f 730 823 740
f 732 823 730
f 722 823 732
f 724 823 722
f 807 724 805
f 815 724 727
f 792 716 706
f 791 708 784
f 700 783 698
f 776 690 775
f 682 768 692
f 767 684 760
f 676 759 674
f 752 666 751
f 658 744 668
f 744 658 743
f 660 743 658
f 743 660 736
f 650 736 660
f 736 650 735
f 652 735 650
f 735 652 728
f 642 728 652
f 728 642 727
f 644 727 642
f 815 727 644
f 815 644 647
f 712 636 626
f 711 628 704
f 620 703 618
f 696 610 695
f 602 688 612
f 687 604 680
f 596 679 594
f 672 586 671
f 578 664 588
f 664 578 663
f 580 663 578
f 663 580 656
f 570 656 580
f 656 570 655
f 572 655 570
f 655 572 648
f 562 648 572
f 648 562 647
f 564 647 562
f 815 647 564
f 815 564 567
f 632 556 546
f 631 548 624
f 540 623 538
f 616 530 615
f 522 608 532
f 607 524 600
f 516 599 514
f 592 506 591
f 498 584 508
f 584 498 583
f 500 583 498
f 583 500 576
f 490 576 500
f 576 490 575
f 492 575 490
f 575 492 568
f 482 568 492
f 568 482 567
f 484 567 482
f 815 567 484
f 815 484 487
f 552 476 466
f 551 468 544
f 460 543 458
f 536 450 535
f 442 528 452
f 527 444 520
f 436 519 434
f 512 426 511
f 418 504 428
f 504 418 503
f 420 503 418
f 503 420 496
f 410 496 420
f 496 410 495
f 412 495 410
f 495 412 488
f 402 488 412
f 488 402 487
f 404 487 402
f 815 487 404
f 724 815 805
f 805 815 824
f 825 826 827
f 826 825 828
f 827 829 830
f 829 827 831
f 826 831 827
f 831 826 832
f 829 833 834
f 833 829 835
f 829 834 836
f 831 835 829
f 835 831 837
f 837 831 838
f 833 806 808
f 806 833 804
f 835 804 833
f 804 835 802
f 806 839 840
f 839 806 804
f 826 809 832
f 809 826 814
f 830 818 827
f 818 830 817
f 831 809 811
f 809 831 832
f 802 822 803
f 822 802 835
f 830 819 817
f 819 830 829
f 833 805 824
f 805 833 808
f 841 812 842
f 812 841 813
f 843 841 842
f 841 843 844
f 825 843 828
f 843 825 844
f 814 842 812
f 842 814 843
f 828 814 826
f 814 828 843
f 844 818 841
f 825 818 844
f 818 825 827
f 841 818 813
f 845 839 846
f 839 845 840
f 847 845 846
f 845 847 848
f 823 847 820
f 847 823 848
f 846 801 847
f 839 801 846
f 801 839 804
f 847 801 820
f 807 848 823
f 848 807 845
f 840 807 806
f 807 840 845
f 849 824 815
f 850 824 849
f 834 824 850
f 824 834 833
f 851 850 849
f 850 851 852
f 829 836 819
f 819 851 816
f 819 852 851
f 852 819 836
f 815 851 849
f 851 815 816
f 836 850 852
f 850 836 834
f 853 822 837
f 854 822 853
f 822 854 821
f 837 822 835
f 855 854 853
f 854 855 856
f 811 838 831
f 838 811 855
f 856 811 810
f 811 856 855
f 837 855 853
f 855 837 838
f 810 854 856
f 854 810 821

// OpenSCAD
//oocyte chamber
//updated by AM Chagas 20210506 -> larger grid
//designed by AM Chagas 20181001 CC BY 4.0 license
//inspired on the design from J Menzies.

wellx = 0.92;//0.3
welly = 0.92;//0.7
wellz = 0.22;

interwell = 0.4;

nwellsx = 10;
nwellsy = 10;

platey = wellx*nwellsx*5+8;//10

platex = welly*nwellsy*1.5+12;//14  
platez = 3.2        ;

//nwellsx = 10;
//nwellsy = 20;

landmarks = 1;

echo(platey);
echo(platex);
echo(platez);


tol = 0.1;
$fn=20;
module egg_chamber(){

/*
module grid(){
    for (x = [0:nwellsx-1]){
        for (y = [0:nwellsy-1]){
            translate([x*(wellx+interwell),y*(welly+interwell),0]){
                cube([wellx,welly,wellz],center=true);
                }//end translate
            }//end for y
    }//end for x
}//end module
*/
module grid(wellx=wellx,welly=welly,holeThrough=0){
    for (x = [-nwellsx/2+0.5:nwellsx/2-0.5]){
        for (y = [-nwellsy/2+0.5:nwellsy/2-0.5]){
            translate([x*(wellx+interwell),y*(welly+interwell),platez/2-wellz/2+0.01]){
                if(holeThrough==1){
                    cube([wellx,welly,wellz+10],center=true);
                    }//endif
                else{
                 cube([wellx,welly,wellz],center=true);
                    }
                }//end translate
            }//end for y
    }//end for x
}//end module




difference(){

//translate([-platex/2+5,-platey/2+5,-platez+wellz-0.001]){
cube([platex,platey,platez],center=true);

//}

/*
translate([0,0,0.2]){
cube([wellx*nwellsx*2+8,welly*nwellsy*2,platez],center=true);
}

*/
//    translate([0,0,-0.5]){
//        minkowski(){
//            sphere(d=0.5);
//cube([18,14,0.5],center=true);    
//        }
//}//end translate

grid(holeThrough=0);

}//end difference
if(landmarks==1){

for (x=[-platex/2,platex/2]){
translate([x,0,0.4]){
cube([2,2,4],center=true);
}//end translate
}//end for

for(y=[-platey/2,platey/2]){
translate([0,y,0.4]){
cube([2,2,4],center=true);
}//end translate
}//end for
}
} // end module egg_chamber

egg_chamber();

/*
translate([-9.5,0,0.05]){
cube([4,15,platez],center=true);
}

__WORK INSTRUCTIONS__: Search the material for the word "nwellsx". Each line where it is found must be copied.

__EXPECTED ANSWER__:
nwellsx = 10;
platey = wellx*nwellsx*5+8;//10
//nwellsx = 10;
    for (x = [0:nwellsx-1]){
    for (x = [-nwellsx/2+0.5:nwellsx/2-0.5]){
cube([wellx*nwellsx*2+8,welly*nwellsy*2,platez],center=true);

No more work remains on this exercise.